Coming off Invega/Xeplion (paliperidone) injections v 12

My whole face and forehead/head feel numb, even my jaw. I feel some sort of pressure also, something it’s happening, but I don’t know if it’s good or a bad thing..
If my memory serves me right, I've read you're at the psych ward, what sort of medications are they giving you?
 
I made this observation to someone yesterday. They lock you up for like however long and your desperate to leave, in my case I was still mildy delusional they gave me a peace of paper thay listed side effects, and dangled "you can leave, but we just need you to take this injection, it last for month " I was clueless took it, they discharged me. 2 weeks later all the side affects hit , and at that point no hospital or mental health facility has any effective treatment to end your suffering.

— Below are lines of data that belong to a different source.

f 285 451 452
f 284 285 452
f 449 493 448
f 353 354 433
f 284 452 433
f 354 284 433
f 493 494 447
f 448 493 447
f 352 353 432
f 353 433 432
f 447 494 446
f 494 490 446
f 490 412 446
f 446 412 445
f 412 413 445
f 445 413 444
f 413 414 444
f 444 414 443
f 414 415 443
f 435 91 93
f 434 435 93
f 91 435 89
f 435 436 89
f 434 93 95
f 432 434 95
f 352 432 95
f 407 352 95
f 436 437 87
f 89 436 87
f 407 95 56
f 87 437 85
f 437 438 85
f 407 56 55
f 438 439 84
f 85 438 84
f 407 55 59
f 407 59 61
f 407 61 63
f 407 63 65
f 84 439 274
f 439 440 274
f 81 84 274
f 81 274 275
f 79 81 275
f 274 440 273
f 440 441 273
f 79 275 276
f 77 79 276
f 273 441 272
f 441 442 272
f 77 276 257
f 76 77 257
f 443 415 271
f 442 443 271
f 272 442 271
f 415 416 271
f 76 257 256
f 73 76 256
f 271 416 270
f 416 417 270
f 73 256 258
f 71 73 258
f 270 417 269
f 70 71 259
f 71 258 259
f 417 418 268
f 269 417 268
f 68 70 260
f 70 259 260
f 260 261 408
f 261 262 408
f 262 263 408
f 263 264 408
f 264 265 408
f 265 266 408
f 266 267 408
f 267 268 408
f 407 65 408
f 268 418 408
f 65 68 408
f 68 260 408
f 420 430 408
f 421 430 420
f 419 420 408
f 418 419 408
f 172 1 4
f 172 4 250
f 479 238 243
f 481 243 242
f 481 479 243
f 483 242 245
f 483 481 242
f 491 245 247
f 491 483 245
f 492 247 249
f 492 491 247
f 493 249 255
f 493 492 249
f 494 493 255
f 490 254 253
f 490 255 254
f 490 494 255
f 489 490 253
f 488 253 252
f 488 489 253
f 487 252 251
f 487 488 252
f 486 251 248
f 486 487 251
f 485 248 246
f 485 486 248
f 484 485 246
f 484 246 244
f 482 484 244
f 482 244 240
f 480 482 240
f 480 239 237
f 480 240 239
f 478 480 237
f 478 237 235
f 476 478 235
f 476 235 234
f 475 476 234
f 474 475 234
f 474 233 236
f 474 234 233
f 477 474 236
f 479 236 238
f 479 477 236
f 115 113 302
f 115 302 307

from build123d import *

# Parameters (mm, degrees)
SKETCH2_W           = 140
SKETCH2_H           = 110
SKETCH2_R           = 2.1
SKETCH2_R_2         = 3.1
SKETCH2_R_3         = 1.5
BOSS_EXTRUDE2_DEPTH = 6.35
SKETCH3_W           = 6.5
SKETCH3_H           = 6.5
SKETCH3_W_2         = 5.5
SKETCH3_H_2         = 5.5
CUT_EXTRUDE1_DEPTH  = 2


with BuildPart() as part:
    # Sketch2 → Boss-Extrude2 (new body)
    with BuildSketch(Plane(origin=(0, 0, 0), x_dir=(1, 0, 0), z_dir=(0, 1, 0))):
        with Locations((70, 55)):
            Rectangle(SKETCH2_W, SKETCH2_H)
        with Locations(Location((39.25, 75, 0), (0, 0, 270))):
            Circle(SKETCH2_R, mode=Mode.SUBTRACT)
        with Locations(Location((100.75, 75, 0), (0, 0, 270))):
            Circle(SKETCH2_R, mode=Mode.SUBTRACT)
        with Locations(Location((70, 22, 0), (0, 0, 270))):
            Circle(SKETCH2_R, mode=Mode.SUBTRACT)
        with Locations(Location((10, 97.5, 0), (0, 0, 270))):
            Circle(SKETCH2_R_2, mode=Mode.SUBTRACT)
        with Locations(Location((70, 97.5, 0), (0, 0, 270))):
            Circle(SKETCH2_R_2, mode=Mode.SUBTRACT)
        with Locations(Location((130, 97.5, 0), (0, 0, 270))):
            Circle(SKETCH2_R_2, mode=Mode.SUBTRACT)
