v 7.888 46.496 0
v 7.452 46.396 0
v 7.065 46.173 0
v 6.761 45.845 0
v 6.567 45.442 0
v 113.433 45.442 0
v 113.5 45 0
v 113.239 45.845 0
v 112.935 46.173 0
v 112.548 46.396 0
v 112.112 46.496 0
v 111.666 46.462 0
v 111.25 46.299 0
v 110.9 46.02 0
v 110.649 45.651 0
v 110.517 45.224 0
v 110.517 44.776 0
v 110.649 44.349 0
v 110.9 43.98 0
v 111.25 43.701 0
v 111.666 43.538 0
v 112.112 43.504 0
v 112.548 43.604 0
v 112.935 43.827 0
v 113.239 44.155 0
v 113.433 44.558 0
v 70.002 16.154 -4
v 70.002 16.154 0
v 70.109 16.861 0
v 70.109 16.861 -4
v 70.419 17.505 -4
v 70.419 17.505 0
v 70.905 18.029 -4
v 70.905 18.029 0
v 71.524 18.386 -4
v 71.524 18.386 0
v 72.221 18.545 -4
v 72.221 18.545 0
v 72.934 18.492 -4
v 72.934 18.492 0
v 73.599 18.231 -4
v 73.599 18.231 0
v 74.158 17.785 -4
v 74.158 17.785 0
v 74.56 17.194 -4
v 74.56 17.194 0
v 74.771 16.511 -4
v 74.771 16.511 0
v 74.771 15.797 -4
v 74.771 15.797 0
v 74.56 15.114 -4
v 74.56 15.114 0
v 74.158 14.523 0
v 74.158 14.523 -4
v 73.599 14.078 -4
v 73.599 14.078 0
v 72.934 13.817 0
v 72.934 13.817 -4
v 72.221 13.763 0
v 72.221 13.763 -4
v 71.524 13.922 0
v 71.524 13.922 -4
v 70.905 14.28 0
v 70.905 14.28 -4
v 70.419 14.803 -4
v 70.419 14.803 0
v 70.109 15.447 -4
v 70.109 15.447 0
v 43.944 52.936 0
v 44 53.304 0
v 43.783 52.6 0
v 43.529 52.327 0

So like most people here, you find ways to die, and one only hopes you dont, and you come put the other side like me and others.

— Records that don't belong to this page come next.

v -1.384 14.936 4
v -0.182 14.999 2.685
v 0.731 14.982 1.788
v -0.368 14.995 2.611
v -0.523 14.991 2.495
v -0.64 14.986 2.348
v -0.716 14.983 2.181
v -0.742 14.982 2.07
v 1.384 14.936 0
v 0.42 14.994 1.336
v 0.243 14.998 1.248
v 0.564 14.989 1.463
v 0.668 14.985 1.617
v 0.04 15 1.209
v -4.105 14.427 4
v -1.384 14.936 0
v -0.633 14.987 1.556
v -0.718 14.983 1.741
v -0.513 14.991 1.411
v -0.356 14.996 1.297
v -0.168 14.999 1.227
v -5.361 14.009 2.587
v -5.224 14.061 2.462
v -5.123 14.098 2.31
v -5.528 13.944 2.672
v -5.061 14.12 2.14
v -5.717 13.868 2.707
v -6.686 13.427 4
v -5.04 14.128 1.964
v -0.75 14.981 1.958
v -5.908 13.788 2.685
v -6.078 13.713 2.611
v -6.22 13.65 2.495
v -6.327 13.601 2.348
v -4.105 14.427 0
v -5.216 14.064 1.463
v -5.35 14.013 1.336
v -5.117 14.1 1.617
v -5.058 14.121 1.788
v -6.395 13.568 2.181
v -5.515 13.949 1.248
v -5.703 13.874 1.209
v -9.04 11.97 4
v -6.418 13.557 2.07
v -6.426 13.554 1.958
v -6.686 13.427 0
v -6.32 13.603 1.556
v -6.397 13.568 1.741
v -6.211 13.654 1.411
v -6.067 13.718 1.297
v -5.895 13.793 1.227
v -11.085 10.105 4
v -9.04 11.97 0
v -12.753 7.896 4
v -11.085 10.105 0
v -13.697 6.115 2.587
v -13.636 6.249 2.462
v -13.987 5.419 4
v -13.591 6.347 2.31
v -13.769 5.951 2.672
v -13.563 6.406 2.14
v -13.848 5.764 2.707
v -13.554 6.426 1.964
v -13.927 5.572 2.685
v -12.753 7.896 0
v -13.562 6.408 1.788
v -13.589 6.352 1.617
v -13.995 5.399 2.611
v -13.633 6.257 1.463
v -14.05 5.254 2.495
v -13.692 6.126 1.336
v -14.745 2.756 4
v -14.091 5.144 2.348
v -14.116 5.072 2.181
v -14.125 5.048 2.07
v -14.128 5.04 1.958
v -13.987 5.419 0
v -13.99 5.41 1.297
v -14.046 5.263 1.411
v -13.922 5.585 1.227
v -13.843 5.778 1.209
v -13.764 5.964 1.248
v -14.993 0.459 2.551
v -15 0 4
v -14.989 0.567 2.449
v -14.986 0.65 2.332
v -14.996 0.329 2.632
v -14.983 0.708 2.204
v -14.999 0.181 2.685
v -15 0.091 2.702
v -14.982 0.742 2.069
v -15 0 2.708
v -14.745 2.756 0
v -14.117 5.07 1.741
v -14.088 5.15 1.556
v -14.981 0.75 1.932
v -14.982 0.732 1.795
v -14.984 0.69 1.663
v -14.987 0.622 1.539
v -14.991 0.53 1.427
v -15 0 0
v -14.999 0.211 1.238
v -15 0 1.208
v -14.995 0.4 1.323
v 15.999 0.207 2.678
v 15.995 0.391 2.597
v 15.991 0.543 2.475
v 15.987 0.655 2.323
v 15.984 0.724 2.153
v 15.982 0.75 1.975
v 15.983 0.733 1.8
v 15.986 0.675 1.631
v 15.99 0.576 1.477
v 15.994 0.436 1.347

But unfortunately I dont think suicide is uncommon from these injections

We lost @rawbanna 😢

Its devastating

Thanks for ummn listening man and showing your compassion for people you dont relate to suffering.

Need more peiple in the world like that.
Yeah of course man. I don’t doubt for a second this drug has blood all over its hands. Big pharma and all that but no one wants to read another rant about big pharma. I empathize. I was actually put on a medication that stole over a year of my life. For over a year I slept 18 hours a day. Could only open my eyes to eat, use the restroom and smoke a bowl trying to enjoy the hours of waking. Long story. I guess reading your guys struggle with this kind of hit a nerve for me because I still get angry when I think off all of that time stolen from me. It’s fucked. And on top of that I finally was on the verge of suicide and I brought it up to the doctor and you know what he said? “Oh yeah that’s super common. It happens to like 25% of people who take it. Like how THE FUCK did you not warn me that could happen so easily
 
Because:

1: i never needed that drug in the first place, because i was completely normal (never had psychosis neither mania)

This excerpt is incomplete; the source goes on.